En somme, lorsque je télécharge une appli sur le touch, elle ne se met pas dans itunes après synchro alors que l'inverse (téléchargement via itunes --->itouch) marche parfaitement...

Une idée?

Merci d'avance .


----------



## EMqA (30 Juillet 2008)

antoine59 a dit:


> Une idée?



Pas vraiment. C'est la même chose pour moi.


----------



## fandipod (30 Juillet 2008)

Vous parlez bien de synchroniser des applkications de votre itouc vers itunes?


----------



## JulienRkt (30 Juillet 2008)

antoine59 a dit:


> Je me permets de m'incruster pour un petit problème  .
> 
> Quand je synchronise mon touch et mon mb, les applications ne font pas parties du voyages...
> 
> ...


Et bien il suffit juste de relancer une synchronisation...
tu la refais 2 ou 3 fois et ça fini par se mettre 
Un (tout petit) peu dur de la feuille le iTunes....


----------



## JulienRkt (30 Juillet 2008)

Dead head a dit:


> Merci pour ta réponse  .
> 
> Dans la mesure où tout ce qui est sur mon iPod est sur mon Mac, et dans la mesure où iTunes sait ce qu'il y a à synchroniser, je n'arrive pas à comprendre l'intérêt de ces sauvegardes. Si je dois restaurer l'iPod, iTunes saura quoi faire, sauvegardes ou pas, non ?


Quand tu restaure ton iPod, iTunes le remet à zéro, comme lorsque tu l'as ouvert de sa boîte.
En tout cas pour moi ça s'est passé comme cela. (pour iTunes 7.7, je pense pas que ça ai bougé...)

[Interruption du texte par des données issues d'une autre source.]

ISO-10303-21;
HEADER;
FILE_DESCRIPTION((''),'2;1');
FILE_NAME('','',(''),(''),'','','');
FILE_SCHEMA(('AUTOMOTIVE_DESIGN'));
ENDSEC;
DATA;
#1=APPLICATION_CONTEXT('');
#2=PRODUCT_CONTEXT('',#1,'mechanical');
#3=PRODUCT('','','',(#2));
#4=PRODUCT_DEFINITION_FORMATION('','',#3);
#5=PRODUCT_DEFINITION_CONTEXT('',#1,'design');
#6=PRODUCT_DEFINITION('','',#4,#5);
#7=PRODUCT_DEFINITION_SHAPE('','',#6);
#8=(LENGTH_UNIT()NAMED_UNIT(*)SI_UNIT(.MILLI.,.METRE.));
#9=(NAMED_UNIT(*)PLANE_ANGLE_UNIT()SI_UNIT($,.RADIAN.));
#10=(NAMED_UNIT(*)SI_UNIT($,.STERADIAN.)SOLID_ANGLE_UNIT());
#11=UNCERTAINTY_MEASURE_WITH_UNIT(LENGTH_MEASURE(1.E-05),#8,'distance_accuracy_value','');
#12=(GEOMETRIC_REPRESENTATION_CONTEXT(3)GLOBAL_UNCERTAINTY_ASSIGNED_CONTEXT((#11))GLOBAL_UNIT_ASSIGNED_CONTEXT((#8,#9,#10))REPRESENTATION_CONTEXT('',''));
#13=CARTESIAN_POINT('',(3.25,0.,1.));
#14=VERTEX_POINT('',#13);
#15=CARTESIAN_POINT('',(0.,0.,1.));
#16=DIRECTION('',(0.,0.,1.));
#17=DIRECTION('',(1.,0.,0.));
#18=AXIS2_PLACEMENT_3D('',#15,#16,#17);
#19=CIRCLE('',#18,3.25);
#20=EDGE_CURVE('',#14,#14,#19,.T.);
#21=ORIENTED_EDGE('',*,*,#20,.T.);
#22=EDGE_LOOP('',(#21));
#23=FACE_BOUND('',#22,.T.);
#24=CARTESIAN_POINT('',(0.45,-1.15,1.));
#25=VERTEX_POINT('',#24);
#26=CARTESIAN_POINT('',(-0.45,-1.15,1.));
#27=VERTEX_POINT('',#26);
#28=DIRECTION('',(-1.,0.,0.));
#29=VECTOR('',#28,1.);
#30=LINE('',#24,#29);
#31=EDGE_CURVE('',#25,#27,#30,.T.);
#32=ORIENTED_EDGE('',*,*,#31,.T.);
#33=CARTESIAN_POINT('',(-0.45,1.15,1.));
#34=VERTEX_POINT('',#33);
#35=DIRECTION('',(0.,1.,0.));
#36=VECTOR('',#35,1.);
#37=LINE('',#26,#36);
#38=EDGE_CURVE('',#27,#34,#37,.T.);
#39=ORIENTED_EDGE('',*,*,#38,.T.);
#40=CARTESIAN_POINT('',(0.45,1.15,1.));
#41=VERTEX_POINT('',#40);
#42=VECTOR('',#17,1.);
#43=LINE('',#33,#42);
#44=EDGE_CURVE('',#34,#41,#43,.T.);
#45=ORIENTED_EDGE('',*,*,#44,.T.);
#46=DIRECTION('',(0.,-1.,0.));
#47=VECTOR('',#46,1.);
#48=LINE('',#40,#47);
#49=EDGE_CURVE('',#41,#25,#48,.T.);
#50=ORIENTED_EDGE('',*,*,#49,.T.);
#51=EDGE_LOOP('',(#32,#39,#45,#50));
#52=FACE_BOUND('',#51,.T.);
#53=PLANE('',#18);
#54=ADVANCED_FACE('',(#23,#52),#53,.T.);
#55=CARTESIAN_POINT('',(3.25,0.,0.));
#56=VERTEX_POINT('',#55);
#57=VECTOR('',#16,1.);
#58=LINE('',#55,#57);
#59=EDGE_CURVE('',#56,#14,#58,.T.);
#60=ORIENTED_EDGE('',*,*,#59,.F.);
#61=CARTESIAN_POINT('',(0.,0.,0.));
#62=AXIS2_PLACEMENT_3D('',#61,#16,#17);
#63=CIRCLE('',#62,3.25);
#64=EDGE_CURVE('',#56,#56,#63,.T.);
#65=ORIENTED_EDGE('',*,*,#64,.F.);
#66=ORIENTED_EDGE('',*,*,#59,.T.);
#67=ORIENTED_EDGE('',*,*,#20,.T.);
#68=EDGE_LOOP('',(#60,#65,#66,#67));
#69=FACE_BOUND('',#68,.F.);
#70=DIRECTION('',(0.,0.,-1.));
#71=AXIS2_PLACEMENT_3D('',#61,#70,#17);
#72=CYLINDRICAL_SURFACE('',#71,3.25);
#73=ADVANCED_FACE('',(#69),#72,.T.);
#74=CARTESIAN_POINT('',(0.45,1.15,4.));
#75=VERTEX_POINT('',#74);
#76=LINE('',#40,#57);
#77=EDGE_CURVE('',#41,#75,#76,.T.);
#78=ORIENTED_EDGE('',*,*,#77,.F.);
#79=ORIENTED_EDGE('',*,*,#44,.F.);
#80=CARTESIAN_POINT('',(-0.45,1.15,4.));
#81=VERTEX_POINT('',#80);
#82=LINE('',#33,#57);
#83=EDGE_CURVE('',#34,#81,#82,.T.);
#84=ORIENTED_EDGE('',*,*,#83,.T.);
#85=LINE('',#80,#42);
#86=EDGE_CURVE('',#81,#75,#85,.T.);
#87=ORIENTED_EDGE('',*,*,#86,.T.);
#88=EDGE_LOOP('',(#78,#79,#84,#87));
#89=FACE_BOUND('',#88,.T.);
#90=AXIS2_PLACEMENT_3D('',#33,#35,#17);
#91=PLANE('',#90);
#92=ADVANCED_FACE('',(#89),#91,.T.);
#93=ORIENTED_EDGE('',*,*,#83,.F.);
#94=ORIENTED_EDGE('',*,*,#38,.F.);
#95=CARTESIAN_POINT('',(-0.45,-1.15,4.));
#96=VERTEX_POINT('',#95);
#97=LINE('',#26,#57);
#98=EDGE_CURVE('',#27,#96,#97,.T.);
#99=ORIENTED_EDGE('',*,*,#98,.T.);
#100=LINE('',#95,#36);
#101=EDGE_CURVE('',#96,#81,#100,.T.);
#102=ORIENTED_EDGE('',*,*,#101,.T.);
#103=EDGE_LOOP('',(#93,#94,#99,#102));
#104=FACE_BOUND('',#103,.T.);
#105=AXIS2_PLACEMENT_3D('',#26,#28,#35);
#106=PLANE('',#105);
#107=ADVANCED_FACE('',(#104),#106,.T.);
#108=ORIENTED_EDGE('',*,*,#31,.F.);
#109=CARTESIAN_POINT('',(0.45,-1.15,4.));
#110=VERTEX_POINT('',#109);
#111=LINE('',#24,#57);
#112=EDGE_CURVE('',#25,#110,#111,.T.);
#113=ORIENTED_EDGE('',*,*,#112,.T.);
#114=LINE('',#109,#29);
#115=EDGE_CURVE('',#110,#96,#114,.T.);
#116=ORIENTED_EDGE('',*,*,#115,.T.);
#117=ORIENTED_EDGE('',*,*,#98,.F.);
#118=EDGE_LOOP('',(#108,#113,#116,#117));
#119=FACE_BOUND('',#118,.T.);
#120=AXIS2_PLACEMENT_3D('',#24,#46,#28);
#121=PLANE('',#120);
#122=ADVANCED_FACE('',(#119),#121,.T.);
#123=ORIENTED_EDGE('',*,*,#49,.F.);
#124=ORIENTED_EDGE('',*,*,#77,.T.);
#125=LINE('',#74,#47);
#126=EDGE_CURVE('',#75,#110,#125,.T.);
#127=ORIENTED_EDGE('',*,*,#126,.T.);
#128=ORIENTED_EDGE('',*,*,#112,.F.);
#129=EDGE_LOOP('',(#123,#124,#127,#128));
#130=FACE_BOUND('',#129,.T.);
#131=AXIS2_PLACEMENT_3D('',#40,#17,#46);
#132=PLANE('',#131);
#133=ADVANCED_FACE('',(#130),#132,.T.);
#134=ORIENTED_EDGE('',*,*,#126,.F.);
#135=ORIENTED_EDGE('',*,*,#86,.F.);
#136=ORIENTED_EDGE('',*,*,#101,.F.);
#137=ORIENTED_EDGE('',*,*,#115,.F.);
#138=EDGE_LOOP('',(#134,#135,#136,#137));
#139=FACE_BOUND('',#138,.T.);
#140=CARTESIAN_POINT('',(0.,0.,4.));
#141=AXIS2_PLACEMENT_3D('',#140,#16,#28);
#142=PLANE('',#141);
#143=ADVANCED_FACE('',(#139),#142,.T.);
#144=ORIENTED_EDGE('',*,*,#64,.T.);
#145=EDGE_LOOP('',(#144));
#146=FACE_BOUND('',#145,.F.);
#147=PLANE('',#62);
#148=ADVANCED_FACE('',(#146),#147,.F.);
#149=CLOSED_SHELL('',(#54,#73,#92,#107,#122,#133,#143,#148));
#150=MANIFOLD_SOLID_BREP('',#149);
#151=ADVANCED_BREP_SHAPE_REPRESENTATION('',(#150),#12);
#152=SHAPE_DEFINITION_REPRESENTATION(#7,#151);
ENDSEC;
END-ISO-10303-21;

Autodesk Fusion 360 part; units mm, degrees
sketch "Esquisse1" plane through (0, 0, 0) normal (0, 0, 1) x (1, 0, 0)
  circle A0 centre (0, 0) radius 3.25
  dimension "d1" = 6.5
extrude "Extrusion1" add sketch "Esquisse1" along normal blind 1
sketch "Esquisse2" plane through (0, 0, 1) normal (0, 0, 1) x (-1, 0, 0)
  circle A0 centre (0, 0) radius 3.25
  line L0 (-0.45, 1.15) -> (0.45, 1.15)
  line L1 (0.45, 1.15) -> (0.45, -1.15)
  line L2 (0.45, -1.15) -> (-0.45, -1.15)
  line L3 (-0.45, -1.15) -> (-0.45, 1.15)
  line L4 (-0.45, 1.15) -> (0.45, -1.15) construction
  line L5 (0.45, 1.15) -> (-0.45, -1.15) construction
  dimension "d4" = 0.9
  dimension "d5" = 2.3
extrude "Extrusion2" add sketch "Esquisse2" along normal blind 3 contours L0 L1 L2 L3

Ensuite l'intérêt de la sauvegarde réside dans la conservation de tes notes, comptes mails, etc... tout les petits trucs que tu penses pas forcément... Imagines-toi re-rentrer les clef WEP de toutes les livebox et autres joyeusetés wifi que t'as croisé !!?


----------



## Aski (3 Septembre 2008)

Une question au sujet de ses sauvegardes.

Est-ce que il est possible de retrouver une ancienne sauvegarde d'un iPod Touch avec Time Machine ?


----------



## fandipod (8 Septembre 2008)

Aucune idée!


----------